The problem | Check every line below for the word "with" and copy the ones that have it.

Data excerpts |

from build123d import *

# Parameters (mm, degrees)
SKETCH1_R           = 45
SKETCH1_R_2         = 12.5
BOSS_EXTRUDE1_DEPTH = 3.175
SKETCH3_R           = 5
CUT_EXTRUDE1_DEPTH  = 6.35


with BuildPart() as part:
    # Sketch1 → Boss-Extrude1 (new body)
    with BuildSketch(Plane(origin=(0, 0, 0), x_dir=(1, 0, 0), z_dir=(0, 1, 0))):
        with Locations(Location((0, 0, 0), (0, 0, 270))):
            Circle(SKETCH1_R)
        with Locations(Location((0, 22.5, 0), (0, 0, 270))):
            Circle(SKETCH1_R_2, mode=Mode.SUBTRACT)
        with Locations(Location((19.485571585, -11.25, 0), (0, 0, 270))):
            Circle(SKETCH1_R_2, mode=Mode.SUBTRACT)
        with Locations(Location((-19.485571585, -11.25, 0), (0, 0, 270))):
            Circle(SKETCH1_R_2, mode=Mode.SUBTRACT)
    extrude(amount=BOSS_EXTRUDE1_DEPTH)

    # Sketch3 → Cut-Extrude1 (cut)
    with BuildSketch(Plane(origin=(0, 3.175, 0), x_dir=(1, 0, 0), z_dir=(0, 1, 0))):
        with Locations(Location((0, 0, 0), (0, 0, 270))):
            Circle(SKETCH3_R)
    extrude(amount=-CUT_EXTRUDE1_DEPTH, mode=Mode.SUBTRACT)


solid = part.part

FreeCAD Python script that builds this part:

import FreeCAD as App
import Part
import Sketcher
from FreeCAD import Vector
Q = App.Units.Quantity

doc = App.newDocument("Part")
params = doc.addObject("Spreadsheet::Sheet", "Params")
for row, (alias, value) in enumerate([
    ("sketch1_diameter", "90 mm"),
    ("sketch1_diameter2", "25 mm"),
    ("pad1_length", "3.175 mm"),
    ("sketch2_diameter", "10 mm"),
    ("pocket1_length", "6.35 mm"),
], start=1):
    params.set(f"A{row}", alias)
    params.set(f"B{row}", "=" + value)
    params.setAlias(f"B{row}", alias)

body = doc.addObject("PartDesign::Body", "Body")

sketch1 = body.newObject("Sketcher::SketchObject", "Sketch")
sketch1.AttachmentSupport = (doc.getObject("XZ_Plane"), [""])
sketch1.MapMode = "FlatFace"
sketch1.addGeometry([
    Part.Circle(Vector(0, 0, 0), Vector(0, 0, 1), 45),
    Part.Circle(Vector(0, -22.5, 0), Vector(0, 0, 1), 12.5),
    Part.Circle(Vector(-19.485572, 11.25, 0), Vector(0, 0, 1), 12.5),
    Part.Circle(Vector(19.485572, 11.25, 0), Vector(0, 0, 1), 12.5),
], False)
sketch1.addConstraint([
    Sketcher.Constraint("Coincident", 0, 3, -1, 1),
    Sketcher.Constraint("Equal", 1, 2),
    Sketcher.Constraint("Equal", 2, 3),
    Sketcher.Constraint("Symmetric", 2, 3, 3, 3, -2),
    Sketcher.Constraint("PointOnObject", 1, 3, -2),
    Sketcher.Constraint("Diameter", 0, Q("90 mm")),
    Sketcher.Constraint("Diameter", 1, Q("25 mm")),
    Sketcher.Constraint("DistanceY", 1, 3, -1, 1, Q("22.5 mm")),
    Sketcher.Constraint("DistanceY", -1, 1, 2, 3, Q("11.25 mm")),
    Sketcher.Constraint("DistanceX", 2, 3, -1, 1, Q("19.485572 mm")),
])
sketch1.setExpression("Constraints[5]", "Params.sketch1_diameter")
sketch1.setExpression("Constraints[6]", "Params.sketch1_diameter2")
pad1 = body.newObject("PartDesign::Pad", "Pad")
pad1.Profile = sketch1
pad1.setExpression("Length", "Params.pad1_length")
pad1.Reversed = True

sketch2 = body.newObject("Sketcher::SketchObject", "Sketch001")
sketch2.AttachmentSupport = (doc.getObject("XZ_Plane"), [""])
sketch2.MapMode = "FlatFace"
sketch2.AttachmentOffset = App.Placement(Vector(0, 0, -3.175), App.Rotation())
sketch2.addGeometry(Part.Circle(Vector(0, 0, 0), Vector(0, 0, 1), 5), False)
sketch2.addConstraint([
    Sketcher.Constraint("Coincident", 0, 3, -1, 1),
    Sketcher.Constraint("Diameter", 0, Q("10 mm")),
])
sketch2.setExpression("Constraints[1]", "Params.sketch2_diameter")
pocket1 = body.newObject("PartDesign::Pocket", "Pocket")
pocket1.Profile = sketch2
pocket1.setExpression("Length", "Params.pocket1_length")
pocket1.Reversed = True

doc.recompute()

Task answer |
with BuildPart() as part:
    with BuildSketch(Plane(origin=(0, 0, 0), x_dir=(1, 0, 0), z_dir=(0, 1, 0))):
        with Locations(Location((0, 0, 0), (0, 0, 270))):
        with Locations(Location((0, 22.5, 0), (0, 0, 270))):
        with Locations(Location((19.485571585, -11.25, 0), (0, 0, 270))):
        with Locations(Location((-19.485571585, -11.25, 0), (0, 0, 270))):
    with BuildSketch(Plane(origin=(0, 3.175, 0), x_dir=(1, 0, 0), z_dir=(0, 1, 0))):
        with Locations(Location((0, 0, 0), (0, 0, 270))):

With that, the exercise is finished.